**Exercise requirements:**
Within the entries below, the lines from the one with "#217=ORIENTED_EDGE('',*,*,#37,.F.);" through the one with "#223=PLANE('',#222);" are to be set down exactly, both ends kept.

[Dataset records]
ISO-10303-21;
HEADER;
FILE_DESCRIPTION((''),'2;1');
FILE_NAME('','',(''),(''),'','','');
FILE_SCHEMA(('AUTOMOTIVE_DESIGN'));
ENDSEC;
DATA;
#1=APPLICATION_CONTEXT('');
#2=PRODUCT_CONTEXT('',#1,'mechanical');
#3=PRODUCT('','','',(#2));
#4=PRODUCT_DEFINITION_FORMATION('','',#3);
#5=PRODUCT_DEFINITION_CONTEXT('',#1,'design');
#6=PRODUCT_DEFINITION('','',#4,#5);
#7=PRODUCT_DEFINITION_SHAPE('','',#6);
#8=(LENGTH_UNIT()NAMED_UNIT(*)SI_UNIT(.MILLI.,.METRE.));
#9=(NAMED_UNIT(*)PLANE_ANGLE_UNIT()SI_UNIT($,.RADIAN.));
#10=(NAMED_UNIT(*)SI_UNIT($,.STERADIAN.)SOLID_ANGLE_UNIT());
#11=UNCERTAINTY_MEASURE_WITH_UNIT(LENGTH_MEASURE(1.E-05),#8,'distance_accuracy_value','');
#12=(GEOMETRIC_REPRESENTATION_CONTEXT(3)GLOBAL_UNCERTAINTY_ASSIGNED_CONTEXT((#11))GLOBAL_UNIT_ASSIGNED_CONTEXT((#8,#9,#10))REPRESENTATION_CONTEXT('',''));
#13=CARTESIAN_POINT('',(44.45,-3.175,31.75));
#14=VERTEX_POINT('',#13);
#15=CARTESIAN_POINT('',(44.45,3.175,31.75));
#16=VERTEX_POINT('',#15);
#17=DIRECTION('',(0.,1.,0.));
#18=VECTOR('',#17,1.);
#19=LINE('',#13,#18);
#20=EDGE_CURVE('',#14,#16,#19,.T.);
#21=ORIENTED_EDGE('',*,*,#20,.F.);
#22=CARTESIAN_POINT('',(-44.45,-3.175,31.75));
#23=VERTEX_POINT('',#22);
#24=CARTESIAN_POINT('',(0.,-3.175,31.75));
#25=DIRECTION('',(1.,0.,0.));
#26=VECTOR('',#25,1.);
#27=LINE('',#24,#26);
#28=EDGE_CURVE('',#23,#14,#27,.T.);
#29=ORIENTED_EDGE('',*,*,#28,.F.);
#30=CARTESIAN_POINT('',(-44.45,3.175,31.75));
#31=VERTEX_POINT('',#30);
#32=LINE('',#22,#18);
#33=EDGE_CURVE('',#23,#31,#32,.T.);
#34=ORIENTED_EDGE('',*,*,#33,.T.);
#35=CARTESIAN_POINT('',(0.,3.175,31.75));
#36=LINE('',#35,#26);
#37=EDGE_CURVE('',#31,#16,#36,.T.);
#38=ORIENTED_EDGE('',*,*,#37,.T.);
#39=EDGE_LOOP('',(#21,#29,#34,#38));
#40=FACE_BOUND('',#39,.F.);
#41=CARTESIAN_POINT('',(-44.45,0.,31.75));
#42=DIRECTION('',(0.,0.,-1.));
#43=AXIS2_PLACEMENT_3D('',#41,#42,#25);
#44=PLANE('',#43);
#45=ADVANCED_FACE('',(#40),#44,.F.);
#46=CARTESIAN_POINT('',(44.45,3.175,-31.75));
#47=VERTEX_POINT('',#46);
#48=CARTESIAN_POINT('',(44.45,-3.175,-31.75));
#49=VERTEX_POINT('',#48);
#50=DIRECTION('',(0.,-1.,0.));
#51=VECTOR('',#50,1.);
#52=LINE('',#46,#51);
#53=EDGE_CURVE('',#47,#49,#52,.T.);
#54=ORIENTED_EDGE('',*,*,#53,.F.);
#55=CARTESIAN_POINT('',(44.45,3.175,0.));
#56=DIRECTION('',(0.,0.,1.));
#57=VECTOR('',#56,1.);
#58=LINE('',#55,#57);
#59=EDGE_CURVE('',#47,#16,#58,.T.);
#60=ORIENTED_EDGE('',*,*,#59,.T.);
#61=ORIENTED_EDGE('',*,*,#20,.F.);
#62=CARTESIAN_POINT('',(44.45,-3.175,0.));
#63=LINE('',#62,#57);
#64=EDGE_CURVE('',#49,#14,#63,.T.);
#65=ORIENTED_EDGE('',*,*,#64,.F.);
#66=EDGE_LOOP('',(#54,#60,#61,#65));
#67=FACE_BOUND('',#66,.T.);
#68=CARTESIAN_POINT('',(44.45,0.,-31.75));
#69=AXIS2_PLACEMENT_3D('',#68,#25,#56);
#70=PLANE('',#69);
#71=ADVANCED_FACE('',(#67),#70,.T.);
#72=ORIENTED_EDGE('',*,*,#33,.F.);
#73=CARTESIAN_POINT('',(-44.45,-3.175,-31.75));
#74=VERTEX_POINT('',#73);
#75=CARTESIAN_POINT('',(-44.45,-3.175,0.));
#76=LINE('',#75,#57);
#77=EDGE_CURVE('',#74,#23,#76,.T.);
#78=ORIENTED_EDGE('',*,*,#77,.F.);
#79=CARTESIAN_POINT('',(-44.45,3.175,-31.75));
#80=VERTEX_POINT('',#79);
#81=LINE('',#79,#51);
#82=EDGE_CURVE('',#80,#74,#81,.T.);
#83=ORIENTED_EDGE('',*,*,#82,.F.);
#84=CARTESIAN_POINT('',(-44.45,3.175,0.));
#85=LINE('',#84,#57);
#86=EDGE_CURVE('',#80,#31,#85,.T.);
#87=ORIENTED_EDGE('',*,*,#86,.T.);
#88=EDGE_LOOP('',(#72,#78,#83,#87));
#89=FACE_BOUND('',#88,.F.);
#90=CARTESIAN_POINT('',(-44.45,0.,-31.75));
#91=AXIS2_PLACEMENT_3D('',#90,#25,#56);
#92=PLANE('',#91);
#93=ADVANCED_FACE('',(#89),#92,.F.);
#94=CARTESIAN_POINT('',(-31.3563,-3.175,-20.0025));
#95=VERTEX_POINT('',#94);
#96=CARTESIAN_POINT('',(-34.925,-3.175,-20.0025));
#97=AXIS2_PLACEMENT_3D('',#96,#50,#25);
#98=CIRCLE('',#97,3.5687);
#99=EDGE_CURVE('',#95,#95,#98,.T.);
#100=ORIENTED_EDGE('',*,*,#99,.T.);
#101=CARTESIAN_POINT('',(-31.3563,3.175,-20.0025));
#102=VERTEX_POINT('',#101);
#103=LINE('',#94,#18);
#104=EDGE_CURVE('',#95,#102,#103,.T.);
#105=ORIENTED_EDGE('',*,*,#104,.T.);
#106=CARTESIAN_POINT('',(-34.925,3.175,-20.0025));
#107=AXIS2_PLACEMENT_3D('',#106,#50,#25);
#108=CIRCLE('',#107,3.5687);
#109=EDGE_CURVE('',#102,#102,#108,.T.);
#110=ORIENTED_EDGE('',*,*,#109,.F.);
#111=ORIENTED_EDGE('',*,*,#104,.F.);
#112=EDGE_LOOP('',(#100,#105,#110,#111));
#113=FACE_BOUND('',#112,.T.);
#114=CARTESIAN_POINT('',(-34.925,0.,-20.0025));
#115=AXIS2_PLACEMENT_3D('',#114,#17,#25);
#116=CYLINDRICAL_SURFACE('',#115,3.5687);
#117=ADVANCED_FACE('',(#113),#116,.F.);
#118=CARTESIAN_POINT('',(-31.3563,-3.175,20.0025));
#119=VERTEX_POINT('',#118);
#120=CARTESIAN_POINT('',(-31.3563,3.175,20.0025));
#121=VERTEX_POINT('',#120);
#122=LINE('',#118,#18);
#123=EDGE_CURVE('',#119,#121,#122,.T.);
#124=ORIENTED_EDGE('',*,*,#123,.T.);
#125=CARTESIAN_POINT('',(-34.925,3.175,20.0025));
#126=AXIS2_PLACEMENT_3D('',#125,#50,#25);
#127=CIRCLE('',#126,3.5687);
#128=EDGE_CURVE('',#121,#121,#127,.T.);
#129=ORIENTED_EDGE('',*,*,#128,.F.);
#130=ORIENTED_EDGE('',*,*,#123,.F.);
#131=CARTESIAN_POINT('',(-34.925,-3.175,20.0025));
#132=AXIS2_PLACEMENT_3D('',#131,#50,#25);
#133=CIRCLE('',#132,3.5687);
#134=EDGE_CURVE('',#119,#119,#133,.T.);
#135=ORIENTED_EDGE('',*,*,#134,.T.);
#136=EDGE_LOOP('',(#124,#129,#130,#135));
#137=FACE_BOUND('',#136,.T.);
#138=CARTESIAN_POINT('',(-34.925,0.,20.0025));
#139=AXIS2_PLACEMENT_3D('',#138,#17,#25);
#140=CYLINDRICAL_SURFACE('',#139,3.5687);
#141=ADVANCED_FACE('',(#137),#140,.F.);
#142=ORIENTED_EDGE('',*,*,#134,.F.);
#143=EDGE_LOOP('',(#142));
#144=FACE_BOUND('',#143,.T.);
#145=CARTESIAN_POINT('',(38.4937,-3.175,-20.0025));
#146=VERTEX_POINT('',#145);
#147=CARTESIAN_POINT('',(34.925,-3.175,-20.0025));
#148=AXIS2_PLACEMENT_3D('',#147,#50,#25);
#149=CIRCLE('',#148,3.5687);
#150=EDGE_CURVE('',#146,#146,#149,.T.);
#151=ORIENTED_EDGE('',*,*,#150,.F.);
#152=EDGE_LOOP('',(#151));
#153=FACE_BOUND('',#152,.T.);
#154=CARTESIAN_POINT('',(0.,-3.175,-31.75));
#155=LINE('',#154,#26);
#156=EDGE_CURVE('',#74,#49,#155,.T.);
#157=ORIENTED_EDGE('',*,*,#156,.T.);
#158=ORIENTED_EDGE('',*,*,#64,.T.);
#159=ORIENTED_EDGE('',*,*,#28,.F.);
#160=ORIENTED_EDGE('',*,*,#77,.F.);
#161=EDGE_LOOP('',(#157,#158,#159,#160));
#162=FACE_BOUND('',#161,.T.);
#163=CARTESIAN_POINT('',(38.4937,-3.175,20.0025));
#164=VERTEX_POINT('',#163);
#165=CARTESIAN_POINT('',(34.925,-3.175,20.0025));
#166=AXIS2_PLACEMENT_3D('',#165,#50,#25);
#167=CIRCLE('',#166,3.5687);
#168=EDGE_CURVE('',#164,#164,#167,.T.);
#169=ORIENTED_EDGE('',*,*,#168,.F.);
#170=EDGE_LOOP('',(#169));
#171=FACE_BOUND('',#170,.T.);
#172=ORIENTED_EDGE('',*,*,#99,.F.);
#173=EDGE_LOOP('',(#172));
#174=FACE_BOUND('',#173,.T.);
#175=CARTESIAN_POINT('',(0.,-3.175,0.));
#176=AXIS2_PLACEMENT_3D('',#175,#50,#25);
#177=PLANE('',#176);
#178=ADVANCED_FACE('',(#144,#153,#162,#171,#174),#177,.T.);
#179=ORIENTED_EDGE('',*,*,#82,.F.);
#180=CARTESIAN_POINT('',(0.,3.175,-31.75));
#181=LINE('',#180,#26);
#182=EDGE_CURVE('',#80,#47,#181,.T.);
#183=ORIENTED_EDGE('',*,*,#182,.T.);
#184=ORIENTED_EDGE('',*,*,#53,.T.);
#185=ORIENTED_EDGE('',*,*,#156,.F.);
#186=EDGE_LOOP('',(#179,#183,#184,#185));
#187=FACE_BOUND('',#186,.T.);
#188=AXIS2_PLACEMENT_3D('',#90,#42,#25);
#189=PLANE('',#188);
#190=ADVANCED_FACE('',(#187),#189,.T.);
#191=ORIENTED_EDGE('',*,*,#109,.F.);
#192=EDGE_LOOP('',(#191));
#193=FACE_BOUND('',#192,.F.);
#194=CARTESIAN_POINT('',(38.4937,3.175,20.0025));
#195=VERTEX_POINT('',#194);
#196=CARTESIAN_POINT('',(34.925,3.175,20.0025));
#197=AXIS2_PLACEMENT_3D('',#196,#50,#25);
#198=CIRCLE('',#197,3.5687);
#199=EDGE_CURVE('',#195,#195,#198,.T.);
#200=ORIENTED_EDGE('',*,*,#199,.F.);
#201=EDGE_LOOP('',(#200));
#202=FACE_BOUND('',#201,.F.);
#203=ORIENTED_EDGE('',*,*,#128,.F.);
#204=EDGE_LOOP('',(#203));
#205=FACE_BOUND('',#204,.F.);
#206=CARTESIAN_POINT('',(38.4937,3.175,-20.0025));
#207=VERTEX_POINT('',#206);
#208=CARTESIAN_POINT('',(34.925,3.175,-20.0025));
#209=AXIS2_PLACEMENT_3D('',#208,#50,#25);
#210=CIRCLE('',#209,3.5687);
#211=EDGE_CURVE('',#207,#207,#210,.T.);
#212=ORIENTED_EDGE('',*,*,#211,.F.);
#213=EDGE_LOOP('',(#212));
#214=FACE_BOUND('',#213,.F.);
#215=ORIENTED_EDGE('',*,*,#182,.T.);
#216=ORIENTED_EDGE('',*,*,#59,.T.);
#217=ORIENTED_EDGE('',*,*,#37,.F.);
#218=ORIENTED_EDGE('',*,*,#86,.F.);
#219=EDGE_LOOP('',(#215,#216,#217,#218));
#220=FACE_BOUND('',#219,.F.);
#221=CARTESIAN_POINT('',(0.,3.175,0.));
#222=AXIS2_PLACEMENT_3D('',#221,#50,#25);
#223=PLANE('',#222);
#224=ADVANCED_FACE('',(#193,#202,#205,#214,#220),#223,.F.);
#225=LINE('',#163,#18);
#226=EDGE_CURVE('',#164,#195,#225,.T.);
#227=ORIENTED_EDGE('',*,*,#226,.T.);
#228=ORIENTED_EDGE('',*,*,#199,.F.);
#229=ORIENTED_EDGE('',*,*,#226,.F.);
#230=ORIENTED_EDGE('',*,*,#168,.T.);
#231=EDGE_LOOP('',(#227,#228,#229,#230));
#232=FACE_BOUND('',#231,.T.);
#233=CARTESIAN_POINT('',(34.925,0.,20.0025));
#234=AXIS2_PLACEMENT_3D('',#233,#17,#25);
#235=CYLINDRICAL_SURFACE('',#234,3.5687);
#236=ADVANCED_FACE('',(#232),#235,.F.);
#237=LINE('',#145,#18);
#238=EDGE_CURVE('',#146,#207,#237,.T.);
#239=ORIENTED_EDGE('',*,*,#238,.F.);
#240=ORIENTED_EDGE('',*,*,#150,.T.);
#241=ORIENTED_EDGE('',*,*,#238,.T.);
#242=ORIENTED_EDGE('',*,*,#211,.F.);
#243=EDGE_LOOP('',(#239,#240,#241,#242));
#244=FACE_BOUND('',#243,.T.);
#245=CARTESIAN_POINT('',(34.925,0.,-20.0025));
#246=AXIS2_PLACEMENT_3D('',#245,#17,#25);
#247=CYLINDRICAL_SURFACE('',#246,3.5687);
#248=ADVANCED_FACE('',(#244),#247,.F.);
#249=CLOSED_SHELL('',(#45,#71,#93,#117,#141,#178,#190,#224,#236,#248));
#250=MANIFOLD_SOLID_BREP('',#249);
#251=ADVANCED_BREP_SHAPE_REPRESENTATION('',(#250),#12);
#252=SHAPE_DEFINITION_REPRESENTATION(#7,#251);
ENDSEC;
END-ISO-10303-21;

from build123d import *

# Parameters (mm, degrees)
F0_W     = 88.9
F0_H     = 63.5
F0_R     = 3.5687
F1_DEPTH = 3.175


with BuildPart() as f1:
    # F0 (on Front) → F1 (new body, symmetric)
    with BuildSketch(Plane.XZ):
        Rectangle(F0_W, F0_H)
        with Locations((-34.925, -20.0025)):
            Circle(F0_R, mode=Mode.SUBTRACT)
        with Locations((34.925, -20.0025)):
            Circle(F0_R, mode=Mode.SUBTRACT)
        with Locations((-34.925, 20.0025)):
            Circle(F0_R, mode=Mode.SUBTRACT)
        with Locations((34.925, 20.0025)):
            Circle(F0_R, mode=Mode.SUBTRACT)
    extrude(amount=F1_DEPTH, both=True)


solid = f1.part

**Written response:**
#217=ORIENTED_EDGE('',*,*,#37,.F.);
#218=ORIENTED_EDGE('',*,*,#86,.F.);
#219=EDGE_LOOP('',(#215,#216,#217,#218));
#220=FACE_BOUND('',#219,.F.);
#221=CARTESIAN_POINT('',(0.,3.175,0.));
#222=AXIS2_PLACEMENT_3D('',#221,#50,#25);
#223=PLANE('',#222);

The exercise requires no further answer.